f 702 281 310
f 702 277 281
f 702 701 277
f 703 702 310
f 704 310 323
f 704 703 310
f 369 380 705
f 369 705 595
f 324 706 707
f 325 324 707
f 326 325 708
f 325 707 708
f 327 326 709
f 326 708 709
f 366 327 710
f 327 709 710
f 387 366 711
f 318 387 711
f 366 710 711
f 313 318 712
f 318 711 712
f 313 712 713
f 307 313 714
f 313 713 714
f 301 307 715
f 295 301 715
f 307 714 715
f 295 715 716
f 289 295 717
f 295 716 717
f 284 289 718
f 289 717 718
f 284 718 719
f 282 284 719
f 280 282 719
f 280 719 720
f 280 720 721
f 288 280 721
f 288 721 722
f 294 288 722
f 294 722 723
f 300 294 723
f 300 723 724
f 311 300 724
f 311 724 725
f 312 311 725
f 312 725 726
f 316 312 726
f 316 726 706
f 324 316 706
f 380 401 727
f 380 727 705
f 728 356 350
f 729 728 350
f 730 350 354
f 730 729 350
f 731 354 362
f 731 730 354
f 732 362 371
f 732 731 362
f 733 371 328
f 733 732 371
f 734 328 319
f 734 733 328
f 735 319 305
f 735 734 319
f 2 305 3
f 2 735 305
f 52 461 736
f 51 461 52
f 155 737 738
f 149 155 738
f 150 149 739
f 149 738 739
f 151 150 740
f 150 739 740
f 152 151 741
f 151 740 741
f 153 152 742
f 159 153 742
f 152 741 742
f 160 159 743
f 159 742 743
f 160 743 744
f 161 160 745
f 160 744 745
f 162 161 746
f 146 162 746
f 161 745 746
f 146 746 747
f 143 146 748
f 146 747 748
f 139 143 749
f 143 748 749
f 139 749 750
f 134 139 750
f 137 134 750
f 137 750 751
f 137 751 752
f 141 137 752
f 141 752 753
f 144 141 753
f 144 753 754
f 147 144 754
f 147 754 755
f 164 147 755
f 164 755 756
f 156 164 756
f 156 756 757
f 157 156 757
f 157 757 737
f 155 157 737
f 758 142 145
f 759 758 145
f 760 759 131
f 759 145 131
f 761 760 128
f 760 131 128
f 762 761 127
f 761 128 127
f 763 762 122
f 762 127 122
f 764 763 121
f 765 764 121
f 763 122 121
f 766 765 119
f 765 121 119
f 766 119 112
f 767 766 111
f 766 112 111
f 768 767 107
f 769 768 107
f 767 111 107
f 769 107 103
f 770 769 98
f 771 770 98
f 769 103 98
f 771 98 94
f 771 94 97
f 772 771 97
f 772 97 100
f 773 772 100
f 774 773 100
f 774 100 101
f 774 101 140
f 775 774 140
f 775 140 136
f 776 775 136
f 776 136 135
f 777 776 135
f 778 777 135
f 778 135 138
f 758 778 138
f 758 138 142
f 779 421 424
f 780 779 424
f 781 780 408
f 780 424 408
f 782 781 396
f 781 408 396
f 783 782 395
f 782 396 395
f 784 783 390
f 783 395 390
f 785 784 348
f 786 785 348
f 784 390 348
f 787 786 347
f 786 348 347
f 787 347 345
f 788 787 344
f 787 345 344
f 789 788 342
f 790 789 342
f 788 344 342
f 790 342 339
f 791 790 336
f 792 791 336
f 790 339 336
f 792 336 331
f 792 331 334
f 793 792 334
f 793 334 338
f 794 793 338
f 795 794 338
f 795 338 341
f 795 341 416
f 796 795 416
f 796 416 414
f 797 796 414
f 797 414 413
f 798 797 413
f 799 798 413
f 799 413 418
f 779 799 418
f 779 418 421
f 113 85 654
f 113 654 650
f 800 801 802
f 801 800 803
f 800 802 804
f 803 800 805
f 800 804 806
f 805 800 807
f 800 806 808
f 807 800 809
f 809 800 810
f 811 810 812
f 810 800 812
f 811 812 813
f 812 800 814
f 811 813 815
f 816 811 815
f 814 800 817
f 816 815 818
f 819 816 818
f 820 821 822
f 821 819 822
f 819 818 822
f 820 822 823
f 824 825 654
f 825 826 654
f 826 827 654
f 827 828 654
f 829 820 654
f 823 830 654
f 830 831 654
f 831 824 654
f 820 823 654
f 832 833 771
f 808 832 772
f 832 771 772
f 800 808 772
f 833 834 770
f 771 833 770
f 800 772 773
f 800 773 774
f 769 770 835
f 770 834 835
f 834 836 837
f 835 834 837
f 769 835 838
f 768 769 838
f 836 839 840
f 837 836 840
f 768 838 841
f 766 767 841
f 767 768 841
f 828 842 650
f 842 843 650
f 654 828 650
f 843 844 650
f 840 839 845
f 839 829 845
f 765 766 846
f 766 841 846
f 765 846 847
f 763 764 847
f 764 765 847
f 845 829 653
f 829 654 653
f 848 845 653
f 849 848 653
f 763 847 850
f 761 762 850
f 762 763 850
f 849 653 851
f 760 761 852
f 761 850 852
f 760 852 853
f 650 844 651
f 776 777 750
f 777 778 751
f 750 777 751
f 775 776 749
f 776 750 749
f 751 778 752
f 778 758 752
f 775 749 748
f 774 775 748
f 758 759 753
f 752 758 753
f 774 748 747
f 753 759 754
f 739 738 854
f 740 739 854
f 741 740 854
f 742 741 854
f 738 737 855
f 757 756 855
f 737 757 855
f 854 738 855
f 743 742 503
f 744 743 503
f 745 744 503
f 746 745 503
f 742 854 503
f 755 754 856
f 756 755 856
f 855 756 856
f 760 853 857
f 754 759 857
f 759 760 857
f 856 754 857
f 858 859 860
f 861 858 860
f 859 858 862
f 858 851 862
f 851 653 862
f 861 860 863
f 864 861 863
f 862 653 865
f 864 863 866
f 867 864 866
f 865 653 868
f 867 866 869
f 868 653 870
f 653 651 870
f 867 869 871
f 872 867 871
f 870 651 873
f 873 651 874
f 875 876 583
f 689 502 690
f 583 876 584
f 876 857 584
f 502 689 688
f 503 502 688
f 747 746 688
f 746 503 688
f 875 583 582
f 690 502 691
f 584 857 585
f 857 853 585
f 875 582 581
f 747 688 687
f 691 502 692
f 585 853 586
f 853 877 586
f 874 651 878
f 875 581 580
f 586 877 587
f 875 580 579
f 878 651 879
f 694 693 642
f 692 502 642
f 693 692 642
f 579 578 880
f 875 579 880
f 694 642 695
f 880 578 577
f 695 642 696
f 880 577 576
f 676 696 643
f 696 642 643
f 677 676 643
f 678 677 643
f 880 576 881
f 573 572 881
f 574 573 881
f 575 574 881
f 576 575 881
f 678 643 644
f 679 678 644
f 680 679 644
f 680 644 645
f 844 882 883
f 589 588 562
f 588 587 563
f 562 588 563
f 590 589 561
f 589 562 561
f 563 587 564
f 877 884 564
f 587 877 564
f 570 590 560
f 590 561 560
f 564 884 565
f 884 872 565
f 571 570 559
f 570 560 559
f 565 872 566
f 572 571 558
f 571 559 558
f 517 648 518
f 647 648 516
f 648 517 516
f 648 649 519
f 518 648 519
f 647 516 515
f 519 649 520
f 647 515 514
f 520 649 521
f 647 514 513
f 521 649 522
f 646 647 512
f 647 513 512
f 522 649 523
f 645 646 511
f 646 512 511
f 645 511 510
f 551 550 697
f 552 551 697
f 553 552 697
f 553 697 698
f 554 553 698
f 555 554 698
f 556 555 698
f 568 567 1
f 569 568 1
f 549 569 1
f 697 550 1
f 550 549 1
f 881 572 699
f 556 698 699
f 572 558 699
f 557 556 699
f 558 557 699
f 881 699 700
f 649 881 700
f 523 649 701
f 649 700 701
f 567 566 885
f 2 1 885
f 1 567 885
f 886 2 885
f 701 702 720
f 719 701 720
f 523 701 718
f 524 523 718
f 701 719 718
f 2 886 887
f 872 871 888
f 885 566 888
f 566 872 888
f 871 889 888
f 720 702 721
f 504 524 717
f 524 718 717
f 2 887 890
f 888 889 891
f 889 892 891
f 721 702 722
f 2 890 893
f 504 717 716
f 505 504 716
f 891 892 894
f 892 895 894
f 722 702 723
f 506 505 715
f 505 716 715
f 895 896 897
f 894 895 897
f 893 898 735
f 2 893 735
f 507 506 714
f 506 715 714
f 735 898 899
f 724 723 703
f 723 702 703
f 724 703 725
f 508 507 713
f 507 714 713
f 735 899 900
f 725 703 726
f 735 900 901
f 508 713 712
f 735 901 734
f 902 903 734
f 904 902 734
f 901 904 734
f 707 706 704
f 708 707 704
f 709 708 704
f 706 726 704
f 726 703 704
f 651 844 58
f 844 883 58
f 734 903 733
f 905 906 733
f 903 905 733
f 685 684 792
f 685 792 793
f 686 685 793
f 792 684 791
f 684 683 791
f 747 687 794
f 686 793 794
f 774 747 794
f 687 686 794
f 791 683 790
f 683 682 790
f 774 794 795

··········

▶ **ABOUT THIS TASK**
In the listing above, the lines from the one containing "f 139 749 750" through the one containing "f 775 140 136" must be set down exactly, with no other lines.

▶ **FINISHED TASK**
f 139 749 750
f 134 139 750
f 137 134 750
f 137 750 751
f 137 751 752
f 141 137 752
f 141 752 753
f 144 141 753
f 144 753 754
f 147 144 754
f 147 754 755
f 164 147 755
f 164 755 756
f 156 164 756
f 156 756 757
f 157 156 757
f 157 757 737
f 155 157 737
f 758 142 145
f 759 758 145
f 760 759 131
f 759 145 131
f 761 760 128
f 760 131 128
f 762 761 127
f 761 128 127
f 763 762 122
f 762 127 122
f 764 763 121
f 765 764 121
f 763 122 121
f 766 765 119
f 765 121 119
f 766 119 112
f 767 766 111
f 766 112 111
f 768 767 107
f 769 768 107
f 767 111 107
f 769 107 103
f 770 769 98
f 771 770 98
f 769 103 98
f 771 98 94
f 771 94 97
f 772 771 97
f 772 97 100
f 773 772 100
f 774 773 100
f 774 100 101
f 774 101 140
f 775 774 140
f 775 140 136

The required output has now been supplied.